Aqui os os militares tinham que receber o carimbo nacional de fascistas, e os outros, de bons meninos com a boa ética e justa causa histórica nas mãos. Lamarca, Marighela e outros líderes heroicos ajudaram a legitimar os militares com a violência estatal e paramilitar, prorrogando o tempo da exceção.

Sem maniqueísmo, por favor. Hoje a esquerda entraria numa luta armada em defesa do tio Sam salvador ou do bondoso Putin? É assim que militares e lulopetistas disputam o 31 de março, 59 anos após. Acirrando ressentimentos. Pior, fomentando falsa polarizações. Parecem aqueles roqueiros sobreviventes às drogas, septuagenários sem noção, cantando as mesmas canções de um protesto ainda mais vazio. O vazio de linguagem que acompanha a regressão. De todos.

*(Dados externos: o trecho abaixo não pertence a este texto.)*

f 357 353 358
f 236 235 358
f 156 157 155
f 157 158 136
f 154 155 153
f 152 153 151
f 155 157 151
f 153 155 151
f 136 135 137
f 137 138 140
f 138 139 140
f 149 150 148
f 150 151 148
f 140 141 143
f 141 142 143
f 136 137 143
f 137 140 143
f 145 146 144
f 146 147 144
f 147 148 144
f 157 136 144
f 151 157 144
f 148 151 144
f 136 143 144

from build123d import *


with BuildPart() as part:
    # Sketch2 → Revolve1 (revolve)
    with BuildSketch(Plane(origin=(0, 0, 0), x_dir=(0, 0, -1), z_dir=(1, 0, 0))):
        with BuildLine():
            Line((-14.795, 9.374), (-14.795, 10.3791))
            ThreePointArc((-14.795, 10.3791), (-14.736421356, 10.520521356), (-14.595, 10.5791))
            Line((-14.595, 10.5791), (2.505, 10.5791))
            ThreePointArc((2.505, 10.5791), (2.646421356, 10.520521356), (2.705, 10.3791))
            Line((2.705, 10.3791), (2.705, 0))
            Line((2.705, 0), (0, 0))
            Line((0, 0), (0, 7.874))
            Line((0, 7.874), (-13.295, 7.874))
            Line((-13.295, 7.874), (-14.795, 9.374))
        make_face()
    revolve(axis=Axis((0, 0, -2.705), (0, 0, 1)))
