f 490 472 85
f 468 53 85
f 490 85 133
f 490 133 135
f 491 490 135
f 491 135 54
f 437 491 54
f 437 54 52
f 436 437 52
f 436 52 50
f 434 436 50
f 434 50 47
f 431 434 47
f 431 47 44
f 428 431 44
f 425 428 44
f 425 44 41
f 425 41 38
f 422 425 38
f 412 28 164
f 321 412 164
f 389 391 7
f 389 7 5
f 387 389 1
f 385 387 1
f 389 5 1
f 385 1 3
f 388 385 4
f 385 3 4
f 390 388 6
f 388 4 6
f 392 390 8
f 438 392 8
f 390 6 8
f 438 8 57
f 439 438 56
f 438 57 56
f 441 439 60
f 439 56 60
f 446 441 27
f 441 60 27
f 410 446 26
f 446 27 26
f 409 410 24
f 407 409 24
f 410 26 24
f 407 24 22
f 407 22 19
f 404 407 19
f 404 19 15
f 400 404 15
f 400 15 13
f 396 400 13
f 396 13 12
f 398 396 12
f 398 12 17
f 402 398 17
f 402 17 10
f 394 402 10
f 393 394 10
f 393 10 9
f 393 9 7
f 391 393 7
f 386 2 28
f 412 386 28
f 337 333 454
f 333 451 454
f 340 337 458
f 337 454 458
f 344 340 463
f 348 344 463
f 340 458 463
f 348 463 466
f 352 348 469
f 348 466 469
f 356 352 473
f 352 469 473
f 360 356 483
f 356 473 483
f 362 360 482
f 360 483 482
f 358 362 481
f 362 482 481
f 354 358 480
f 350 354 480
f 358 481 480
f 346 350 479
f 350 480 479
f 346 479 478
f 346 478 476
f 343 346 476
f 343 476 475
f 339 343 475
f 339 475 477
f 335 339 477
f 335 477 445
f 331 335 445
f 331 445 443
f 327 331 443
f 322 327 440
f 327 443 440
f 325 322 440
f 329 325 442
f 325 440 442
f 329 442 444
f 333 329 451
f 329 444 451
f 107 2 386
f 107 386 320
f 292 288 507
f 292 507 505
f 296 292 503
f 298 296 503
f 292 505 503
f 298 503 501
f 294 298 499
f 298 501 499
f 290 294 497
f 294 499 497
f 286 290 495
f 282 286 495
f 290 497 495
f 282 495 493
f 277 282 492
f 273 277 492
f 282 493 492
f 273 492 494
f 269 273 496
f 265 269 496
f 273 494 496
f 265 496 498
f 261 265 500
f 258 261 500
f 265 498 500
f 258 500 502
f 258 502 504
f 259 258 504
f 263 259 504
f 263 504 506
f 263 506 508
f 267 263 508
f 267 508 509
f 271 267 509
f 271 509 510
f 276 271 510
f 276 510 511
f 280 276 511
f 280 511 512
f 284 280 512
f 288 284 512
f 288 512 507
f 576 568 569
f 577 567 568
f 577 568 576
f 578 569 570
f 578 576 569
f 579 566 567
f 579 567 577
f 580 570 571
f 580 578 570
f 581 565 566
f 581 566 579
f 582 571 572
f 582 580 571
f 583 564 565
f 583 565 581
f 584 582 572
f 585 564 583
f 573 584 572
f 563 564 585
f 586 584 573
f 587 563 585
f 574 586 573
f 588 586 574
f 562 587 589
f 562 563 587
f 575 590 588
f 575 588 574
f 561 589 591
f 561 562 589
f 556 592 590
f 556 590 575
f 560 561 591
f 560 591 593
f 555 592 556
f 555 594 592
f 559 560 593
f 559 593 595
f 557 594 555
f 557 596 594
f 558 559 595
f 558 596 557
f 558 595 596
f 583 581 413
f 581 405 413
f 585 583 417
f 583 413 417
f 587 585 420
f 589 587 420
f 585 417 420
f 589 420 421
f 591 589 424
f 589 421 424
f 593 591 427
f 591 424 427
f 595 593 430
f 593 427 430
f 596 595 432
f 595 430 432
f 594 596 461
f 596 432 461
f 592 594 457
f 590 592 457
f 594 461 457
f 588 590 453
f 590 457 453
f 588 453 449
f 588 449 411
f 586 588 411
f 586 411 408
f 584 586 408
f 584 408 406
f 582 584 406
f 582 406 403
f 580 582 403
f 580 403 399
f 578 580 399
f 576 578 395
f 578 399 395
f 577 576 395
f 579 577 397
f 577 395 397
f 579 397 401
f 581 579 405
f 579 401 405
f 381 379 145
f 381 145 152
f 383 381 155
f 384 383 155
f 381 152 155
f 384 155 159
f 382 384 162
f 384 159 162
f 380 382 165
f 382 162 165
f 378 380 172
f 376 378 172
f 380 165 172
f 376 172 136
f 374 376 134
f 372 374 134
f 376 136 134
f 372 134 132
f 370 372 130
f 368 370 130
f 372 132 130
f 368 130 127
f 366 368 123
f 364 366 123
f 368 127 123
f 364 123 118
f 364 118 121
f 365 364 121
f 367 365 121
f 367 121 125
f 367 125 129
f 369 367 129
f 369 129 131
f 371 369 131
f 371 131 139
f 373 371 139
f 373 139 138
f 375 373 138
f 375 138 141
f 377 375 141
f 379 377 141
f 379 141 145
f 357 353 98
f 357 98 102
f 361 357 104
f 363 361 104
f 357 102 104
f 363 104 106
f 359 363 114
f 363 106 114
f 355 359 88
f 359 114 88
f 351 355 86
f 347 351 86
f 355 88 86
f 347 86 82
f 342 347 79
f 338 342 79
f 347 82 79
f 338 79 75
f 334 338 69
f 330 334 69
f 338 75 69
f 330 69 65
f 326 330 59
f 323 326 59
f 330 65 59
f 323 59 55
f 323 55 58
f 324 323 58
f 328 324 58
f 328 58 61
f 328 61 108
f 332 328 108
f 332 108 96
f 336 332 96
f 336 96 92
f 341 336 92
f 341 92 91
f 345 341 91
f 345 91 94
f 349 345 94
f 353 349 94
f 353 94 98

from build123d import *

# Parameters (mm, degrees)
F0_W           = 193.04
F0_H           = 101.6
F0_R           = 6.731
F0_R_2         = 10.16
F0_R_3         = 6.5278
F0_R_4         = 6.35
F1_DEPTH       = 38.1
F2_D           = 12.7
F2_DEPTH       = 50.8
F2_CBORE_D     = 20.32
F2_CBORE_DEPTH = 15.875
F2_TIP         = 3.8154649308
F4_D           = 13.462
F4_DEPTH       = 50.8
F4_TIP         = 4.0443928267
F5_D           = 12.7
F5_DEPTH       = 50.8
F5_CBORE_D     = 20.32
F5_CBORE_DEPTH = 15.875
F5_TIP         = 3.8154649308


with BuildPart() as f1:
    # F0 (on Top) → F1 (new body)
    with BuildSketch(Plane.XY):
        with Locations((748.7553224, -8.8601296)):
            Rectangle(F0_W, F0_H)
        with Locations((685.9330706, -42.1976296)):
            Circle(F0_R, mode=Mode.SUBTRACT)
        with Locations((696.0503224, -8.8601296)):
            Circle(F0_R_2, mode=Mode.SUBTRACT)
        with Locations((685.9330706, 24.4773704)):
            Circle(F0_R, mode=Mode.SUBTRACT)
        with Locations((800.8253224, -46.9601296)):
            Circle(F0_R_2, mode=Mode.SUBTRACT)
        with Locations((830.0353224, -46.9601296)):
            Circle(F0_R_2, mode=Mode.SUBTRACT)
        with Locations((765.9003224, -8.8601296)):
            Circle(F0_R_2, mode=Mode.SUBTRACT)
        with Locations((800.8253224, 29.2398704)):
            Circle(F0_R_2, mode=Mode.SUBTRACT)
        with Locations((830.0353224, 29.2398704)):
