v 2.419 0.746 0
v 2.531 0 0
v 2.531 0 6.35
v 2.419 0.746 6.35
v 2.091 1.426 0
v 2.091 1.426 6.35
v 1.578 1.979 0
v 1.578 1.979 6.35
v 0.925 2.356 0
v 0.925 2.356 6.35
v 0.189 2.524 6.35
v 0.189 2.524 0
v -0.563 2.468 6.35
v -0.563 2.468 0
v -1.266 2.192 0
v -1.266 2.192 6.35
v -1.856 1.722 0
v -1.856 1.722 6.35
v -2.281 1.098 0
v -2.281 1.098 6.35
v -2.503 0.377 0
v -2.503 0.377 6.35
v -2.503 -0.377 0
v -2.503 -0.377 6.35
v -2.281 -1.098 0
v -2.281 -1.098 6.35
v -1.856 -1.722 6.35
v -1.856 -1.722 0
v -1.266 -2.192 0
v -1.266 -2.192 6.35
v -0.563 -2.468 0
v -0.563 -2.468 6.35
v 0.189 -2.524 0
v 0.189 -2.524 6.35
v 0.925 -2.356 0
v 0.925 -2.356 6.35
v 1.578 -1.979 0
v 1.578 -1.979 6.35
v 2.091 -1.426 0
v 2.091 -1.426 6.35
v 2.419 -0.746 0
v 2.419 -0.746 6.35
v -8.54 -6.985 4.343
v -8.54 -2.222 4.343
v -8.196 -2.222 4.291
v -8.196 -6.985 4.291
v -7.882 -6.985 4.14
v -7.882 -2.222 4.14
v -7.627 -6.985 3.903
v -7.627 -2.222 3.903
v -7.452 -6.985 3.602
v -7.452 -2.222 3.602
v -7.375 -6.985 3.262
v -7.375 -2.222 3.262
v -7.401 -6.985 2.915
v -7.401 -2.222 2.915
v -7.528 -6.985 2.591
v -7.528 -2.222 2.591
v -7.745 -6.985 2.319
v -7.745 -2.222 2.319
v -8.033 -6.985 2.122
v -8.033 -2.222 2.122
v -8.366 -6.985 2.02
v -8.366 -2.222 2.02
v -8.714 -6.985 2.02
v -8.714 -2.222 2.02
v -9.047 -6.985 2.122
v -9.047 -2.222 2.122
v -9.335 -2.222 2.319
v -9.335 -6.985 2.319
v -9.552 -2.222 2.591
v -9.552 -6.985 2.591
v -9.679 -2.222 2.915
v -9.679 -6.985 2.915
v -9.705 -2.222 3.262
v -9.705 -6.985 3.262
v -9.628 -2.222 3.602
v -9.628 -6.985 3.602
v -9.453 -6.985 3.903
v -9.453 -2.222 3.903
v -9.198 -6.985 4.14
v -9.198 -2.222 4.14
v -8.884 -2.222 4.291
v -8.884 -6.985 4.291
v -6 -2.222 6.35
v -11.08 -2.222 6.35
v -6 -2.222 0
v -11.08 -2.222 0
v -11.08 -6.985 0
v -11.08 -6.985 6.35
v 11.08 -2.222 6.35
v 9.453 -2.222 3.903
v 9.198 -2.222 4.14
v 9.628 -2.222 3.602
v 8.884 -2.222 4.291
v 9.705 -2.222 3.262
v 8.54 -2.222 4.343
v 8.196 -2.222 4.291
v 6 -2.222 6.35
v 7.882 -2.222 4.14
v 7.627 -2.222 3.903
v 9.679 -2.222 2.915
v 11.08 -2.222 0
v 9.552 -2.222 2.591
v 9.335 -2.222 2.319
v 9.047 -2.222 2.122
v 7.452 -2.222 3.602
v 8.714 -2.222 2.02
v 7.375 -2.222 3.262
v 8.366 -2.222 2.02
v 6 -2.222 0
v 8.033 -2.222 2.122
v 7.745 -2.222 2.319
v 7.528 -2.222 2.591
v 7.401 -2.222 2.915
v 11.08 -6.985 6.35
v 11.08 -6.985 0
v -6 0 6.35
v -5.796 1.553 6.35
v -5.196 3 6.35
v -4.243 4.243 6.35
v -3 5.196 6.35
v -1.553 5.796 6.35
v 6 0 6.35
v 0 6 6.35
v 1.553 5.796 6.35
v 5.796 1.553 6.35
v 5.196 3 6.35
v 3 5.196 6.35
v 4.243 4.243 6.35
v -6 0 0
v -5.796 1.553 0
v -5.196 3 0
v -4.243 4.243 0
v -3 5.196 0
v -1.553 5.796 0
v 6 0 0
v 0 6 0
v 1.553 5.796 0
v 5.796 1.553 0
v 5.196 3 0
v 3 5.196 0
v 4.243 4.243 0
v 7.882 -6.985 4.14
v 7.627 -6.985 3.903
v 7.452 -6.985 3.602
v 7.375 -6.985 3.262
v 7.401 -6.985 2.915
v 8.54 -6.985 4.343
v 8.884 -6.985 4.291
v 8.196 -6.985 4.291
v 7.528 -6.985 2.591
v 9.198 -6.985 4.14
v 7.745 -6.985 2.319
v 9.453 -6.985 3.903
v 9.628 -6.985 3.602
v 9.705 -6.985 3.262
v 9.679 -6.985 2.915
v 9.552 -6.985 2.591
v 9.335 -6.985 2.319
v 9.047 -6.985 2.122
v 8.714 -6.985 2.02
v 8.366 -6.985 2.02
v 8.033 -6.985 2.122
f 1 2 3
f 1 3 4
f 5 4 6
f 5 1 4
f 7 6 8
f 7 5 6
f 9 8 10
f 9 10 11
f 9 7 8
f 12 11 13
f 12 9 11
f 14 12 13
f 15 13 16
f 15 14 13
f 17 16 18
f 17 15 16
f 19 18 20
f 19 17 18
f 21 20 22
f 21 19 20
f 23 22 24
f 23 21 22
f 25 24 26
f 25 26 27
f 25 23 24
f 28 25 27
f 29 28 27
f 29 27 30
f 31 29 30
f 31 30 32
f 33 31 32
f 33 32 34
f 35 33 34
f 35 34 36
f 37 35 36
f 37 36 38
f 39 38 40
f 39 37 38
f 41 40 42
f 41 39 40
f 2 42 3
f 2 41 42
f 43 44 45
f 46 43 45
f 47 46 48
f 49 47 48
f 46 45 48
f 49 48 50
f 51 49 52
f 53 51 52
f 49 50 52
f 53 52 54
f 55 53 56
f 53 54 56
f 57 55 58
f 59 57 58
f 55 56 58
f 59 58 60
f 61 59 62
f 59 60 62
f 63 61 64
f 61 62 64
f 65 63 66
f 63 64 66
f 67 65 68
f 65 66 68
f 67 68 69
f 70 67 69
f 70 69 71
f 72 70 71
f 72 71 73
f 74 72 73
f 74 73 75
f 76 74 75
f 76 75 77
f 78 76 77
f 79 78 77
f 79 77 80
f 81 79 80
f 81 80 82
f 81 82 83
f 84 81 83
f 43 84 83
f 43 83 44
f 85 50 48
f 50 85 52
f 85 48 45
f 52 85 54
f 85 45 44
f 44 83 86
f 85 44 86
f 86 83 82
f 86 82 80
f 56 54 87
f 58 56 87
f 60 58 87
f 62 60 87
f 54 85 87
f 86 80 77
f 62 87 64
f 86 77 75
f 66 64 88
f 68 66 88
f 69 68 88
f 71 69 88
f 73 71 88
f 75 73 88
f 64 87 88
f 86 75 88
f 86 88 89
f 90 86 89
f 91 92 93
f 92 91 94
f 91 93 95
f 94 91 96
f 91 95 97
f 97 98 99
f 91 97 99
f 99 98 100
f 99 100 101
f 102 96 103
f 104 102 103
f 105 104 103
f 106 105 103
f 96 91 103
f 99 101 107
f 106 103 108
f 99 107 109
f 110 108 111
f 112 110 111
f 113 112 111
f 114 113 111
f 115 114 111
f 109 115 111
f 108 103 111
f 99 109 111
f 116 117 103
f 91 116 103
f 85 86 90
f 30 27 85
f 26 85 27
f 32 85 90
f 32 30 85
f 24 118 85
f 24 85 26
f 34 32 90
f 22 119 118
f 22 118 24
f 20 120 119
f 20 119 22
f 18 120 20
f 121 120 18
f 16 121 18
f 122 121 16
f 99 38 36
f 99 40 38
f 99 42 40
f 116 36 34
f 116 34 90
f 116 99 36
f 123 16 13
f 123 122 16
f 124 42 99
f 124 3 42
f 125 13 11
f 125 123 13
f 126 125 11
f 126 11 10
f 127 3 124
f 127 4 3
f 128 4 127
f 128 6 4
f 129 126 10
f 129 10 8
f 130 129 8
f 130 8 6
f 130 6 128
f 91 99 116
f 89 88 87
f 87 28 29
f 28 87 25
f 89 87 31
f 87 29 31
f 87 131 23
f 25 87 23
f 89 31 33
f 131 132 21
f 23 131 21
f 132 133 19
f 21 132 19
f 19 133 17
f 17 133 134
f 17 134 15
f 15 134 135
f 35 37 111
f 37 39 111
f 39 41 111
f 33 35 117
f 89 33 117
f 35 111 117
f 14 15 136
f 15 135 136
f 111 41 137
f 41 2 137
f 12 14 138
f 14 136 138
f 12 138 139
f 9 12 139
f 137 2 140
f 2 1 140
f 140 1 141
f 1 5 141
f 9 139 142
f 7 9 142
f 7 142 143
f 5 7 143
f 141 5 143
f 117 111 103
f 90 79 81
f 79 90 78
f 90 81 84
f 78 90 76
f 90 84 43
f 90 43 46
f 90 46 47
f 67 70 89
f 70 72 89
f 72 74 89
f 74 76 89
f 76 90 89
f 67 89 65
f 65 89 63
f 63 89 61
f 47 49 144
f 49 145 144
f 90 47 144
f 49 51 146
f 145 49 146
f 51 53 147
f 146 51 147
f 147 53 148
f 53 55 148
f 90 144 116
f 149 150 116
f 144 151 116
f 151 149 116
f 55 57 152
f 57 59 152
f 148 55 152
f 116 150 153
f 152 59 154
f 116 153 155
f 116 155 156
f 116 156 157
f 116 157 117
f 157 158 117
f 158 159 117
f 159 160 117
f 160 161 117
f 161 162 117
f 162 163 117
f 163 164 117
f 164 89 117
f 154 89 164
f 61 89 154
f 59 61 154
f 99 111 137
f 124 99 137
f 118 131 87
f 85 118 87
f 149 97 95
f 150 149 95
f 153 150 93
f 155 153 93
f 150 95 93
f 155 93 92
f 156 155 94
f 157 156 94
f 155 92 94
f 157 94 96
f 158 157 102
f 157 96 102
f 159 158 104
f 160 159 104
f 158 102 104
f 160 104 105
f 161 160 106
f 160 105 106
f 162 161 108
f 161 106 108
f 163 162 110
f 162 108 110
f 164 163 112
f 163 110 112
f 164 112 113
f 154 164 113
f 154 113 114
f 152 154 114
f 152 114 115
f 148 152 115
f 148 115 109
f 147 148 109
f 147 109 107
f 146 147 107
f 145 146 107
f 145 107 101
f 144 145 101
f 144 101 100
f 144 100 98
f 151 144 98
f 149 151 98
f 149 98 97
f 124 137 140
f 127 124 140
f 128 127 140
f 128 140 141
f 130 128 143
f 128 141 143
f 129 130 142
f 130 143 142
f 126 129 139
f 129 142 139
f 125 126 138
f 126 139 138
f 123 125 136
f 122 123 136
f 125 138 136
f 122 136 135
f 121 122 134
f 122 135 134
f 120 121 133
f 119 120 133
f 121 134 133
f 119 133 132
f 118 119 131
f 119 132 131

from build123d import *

# Parameters (mm, degrees)
SKETCH1_R           = 2.53125
BOSS_EXTRUDE1_DEPTH = 6.35
SKETCH2_R           = 1.1684
CUT_EXTRUDE1_DEPTH  = 6.35


with BuildPart() as part:
    # Sketch1 → Boss-Extrude1 (new body)
    with BuildSketch(Plane.XY):
        with BuildLine():
            Line((-6, 0), (-6, -2.2225))
            Line((-6, -2.2225), (-11.08, -2.2225))
            Line((-11.08, -2.2225), (-11.08, -6.985))
            Line((-11.08, -6.985), (11.08, -6.985))
            Line((11.08, -6.985), (11.08, -2.2225))
            Line((11.08, -2.2225), (6, -2.2225))
            Line((6, -2.2225), (6, 0))
            ThreePointArc((6, 0), (0, 6), (-6, 0))
        make_face()
        Circle(SKETCH1_R, mode=Mode.SUBTRACT)
    extrude(amount=BOSS_EXTRUDE1_DEPTH)

    # Sketch2 → Cut-Extrude1 (cut)
    with BuildSketch(Plane(origin=(0, -2.2225, 0), x_dir=(1, 0, 0), z_dir=(0, 1, 0))):
        with Locations(Location((-8.54, -3.175, 0), (0, 0, 270))):
            Circle(SKETCH2_R)
        with Locations(Location((8.54, -3.175, 0), (0, 0, 270))):
            Circle(SKETCH2_R)
    extrude(amount=-CUT_EXTRUDE1_DEPTH, mode=Mode.SUBTRACT)


solid = part.part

O mundo já está numa guerra mundial. Não se enganem. Se chegará a ser um conflito nuclear, não sabemos. A confusão é parte da paralisia no discernimento típica de situações de medo e insegurança. A Rússia seduz parcelas de certa esquerda e de certa direita, e o mesmo ocorre com relação aos EUA. Ambos parecem desconsiderar o que subjaz à disputa: os poderes mercantis e geopolíticos. E parecem desconhecer que Biden ou Trump reúnem a direita à extrema direita. Democratas e Conservadores somente divergem em assuntos internos. Em termos externos acaba prevalecendo a ditadura dos seus interesses.

Presidente da Ucrânia, Volodymyr Zelensky – Foto Wikipédia/reprodução

O belicismo intrínseco aos EUA e vassalos na Ucrânia tendo a frente o fantoche Zelensky, poderia ser aprofundado nos seminários de militares e de lulopetistas, mas também entre bolsonaristas abertos a discutir história e cenários fora de modelos da Guerra fria.

Essa ciência política não se confunde com politização, mas com ampliação da capacidade de discernimento sobre eventos históricos. Afastando-se, portanto, da bobagem de festejar um golpe de estado ou execrá-lo, simplesmente, em busca de novas inquisições que mais alimentam um ódio que ajudam a pacificar nosso país.